▶ Exercise description: Among the lines below, take the one holding "Rectangle(F14_W, F14_H)", the one holding "Rebuilt in FreeCAD, every", and all lines between them. Set them down exactly.

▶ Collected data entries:
________________

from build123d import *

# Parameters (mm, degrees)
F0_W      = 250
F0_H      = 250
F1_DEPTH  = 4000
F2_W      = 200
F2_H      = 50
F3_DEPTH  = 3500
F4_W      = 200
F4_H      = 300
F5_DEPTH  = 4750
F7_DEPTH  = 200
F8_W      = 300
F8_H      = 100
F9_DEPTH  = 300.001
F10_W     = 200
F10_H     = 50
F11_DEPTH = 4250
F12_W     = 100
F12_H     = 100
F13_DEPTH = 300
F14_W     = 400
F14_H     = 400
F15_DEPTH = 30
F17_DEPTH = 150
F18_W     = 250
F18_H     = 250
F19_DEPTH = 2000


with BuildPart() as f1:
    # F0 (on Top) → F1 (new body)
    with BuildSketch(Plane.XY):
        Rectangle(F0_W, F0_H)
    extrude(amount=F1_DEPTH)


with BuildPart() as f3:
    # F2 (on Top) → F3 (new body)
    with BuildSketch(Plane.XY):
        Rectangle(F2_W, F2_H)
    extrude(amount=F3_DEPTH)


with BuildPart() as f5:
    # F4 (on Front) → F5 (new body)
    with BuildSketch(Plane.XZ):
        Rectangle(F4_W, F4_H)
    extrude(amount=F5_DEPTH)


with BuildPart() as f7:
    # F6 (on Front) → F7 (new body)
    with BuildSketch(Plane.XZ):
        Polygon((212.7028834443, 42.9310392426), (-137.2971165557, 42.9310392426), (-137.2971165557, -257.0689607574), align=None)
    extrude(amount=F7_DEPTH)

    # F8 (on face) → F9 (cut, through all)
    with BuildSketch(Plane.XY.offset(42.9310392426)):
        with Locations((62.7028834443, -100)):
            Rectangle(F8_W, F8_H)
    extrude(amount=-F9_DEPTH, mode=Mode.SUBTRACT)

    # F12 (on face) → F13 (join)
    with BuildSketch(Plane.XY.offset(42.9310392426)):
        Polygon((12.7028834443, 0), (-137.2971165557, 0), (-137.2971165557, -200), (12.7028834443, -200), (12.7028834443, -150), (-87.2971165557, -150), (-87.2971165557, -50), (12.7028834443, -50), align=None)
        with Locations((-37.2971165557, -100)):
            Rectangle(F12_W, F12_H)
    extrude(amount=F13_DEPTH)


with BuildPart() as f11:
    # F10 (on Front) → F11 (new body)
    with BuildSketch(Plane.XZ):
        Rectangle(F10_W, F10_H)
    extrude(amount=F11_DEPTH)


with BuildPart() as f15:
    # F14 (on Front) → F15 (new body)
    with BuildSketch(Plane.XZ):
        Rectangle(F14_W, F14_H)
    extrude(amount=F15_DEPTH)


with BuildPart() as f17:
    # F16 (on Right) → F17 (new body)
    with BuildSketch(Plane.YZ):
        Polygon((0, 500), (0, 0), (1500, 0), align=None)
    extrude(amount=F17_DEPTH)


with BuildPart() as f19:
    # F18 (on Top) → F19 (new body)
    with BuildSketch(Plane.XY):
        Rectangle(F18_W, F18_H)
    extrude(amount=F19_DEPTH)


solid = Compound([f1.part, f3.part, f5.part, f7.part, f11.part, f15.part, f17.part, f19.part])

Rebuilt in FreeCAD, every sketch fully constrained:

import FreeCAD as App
import Part
import Sketcher
Q = App.Units.Quantity

doc = App.newDocument("Part")
body = doc.addObject("PartDesign::Body", "Body")

# Sketch on XY plane
sketch1 = body.newObject("Sketcher::SketchObject", "Sketch")
sketch1.AttachmentSupport = (doc.getObject("XY_Plane"), [""])
sketch1.MapMode = "FlatFace"
sketch1.addGeometry([
    Part.LineSegment(App.Vector(-125, 125, 0), App.Vector(-125, -125, 0)),
    Part.LineSegment(App.Vector(-125, -125, 0), App.Vector(125, -125, 0)),
    Part.LineSegment(App.Vector(125, -125, 0), App.Vector(125, 125, 0)),
    Part.LineSegment(App.Vector(125, 125, 0), App.Vector(-125, 125, 0)),
], False)
sketch1.addConstraint([
    Sketcher.Constraint("Coincident", 0, 2, 1, 1),
    Sketcher.Constraint("Coincident", 1, 2, 2, 1),
    Sketcher.Constraint("Coincident", 2, 2, 3, 1),
    Sketcher.Constraint("Coincident", 3, 2, 0, 1),
    Sketcher.Constraint("Vertical", 0),
    Sketcher.Constraint("Horizontal", 1),
    Sketcher.Constraint("Vertical", 2),
    Sketcher.Constraint("Horizontal", 3),
    Sketcher.Constraint("Symmetric", 0, 2, 2, 2, -1, 1),
    Sketcher.Constraint("Equal", 3, 0),
    Sketcher.Constraint("DistanceX", 1, 1, 1, 2, Q("250 mm")),
])
pad1 = body.newObject("PartDesign::Pad", "Pad")
pad1.Profile = sketch1
pad1.Length = 4000
body2 = doc.addObject("PartDesign::Body", "Body001")

# Sketch on XY plane
sketch2 = body2.newObject("Sketcher::SketchObject", "Sketch001")
sketch2.AttachmentSupport = (doc.getObject("XY_Plane001"), [""])
sketch2.MapMode = "FlatFace"
sketch2.addGeometry([
    Part.LineSegment(App.Vector(-100, 25, 0), App.Vector(-100, -25, 0)),
    Part.LineSegment(App.Vector(-100, -25, 0), App.Vector(100, -25, 0)),
    Part.LineSegment(App.Vector(100, -25, 0), App.Vector(100, 25, 0)),
    Part.LineSegment(App.Vector(100, 25, 0), App.Vector(-100, 25, 0)),
], False)
sketch2.addConstraint([
    Sketcher.Constraint("Coincident", 0, 2, 1, 1),
    Sketcher.Constraint("Coincident", 1, 2, 2, 1),
    Sketcher.Constraint("Coincident", 2, 2, 3, 1),
    Sketcher.Constraint("Coincident", 3, 2, 0, 1),
    Sketcher.Constraint("Vertical", 0),
    Sketcher.Constraint("Horizontal", 1),
    Sketcher.Constraint("Vertical", 2),
    Sketcher.Constraint("Horizontal", 3),
    Sketcher.Constraint("Symmetric", 0, 2, 2, 2, -1, 1),
    Sketcher.Constraint("DistanceX", 1, 1, 1, 2, Q("200 mm")),
    Sketcher.Constraint("DistanceY", 0, 2, 0, 1, Q("50 mm")),
])
pad2 = body2.newObject("PartDesign::Pad", "Pad001")
pad2.Profile = sketch2
pad2.Length = 3500
body3 = doc.addObject("PartDesign::Body", "Body002")

# Sketch on XZ plane
sketch3 = body3.newObject("Sketcher::SketchObject", "Sketch002")
sketch3.AttachmentSupport = (doc.getObject("XZ_Plane002"), [""])
sketch3.MapMode = "FlatFace"
sketch3.addGeometry([
    Part.LineSegment(App.Vector(-100, 150, 0), App.Vector(-100, -150, 0)),
    Part.LineSegment(App.Vector(-100, -150, 0), App.Vector(100, -150, 0)),
    Part.LineSegment(App.Vector(100, -150, 0), App.Vector(100, 150, 0)),
    Part.LineSegment(App.Vector(100, 150, 0), App.Vector(-100, 150, 0)),
], False)
sketch3.addConstraint([
    Sketcher.Constraint("Coincident", 0, 2, 1, 1),
    Sketcher.Constraint("Coincident", 1, 2, 2, 1),
    Sketcher.Constraint("Coincident", 2, 2, 3, 1),
    Sketcher.Constraint("Coincident", 3, 2, 0, 1),
    Sketcher.Constraint("Vertical", 0),
    Sketcher.Constraint("Horizontal", 1),
    Sketcher.Constraint("Vertical", 2),
    Sketcher.Constraint("Horizontal", 3),
    Sketcher.Constraint("Symmetric", 0, 2, 2, 2, -1, 1),
    Sketcher.Constraint("DistanceX", 1, 1, 1, 2, Q("200 mm")),
    Sketcher.Constraint("DistanceY", 0, 2, 0, 1, Q("300 mm")),
])
pad3 = body3.newObject("PartDesign::Pad", "Pad002")
pad3.Profile = sketch3
pad3.Length = 4750
body4 = doc.addObject("PartDesign::Body", "Body003")

# Sketch on XZ plane
sketch4 = body4.newObject("Sketcher::SketchObject", "Sketch003")
sketch4.AttachmentSupport = (doc.getObject("XZ_Plane003"), [""])
sketch4.MapMode = "FlatFace"
sketch4.addGeometry([
    Part.LineSegment(App.Vector(212.702883, 42.931039, 0), App.Vector(-137.297117, 42.931039, 0)),
    Part.LineSegment(App.Vector(-137.297117, 42.931039, 0), App.Vector(-137.297117, -257.068961, 0)),
    Part.LineSegment(App.Vector(-137.297117, -257.068961, 0), App.Vector(212.702883, 42.931039, 0)),
], False)
sketch4.addConstraint([
    Sketcher.Constraint("Coincident", 0, 2, 1, 1),
    Sketcher.Constraint("Coincident", 1, 2, 2, 1),
    Sketcher.Constraint("Coincident", 2, 2, 0, 1),
    Sketcher.Constraint("Horizontal", 0),
    Sketcher.Constraint("Vertical", 1),
    Sketcher.Constraint("DistanceX", 0, 2, 0, 1, Q("350 mm")),
    Sketcher.Constraint("DistanceY", 1, 2, 1, 1, Q("300 mm")),
    Sketcher.Constraint("DistanceY", -1, 1, 0, 2, Q("42.931039 mm")),
    Sketcher.Constraint("DistanceX", 0, 2, -1, 1, Q("137.297117 mm")),
])
pad4 = body4.newObject("PartDesign::Pad", "Pad003")
pad4.Profile = sketch4
pad4.Length = 200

________________

▶ The completed task:
        Rectangle(F14_W, F14_H)
    extrude(amount=F15_DEPTH)


with BuildPart() as f17:
    # F16 (on Right) → F17 (new body)
    with BuildSketch(Plane.YZ):
        Polygon((0, 500), (0, 0), (1500, 0), align=None)
    extrude(amount=F17_DEPTH)


with BuildPart() as f19:
    # F18 (on Top) → F19 (new body)
    with BuildSketch(Plane.XY):
        Rectangle(F18_W, F18_H)
    extrude(amount=F19_DEPTH)


solid = Compound([f1.part, f3.part, f5.part, f7.part, f11.part, f15.part, f17.part, f19.part])

Rebuilt in FreeCAD, every sketch fully constrained:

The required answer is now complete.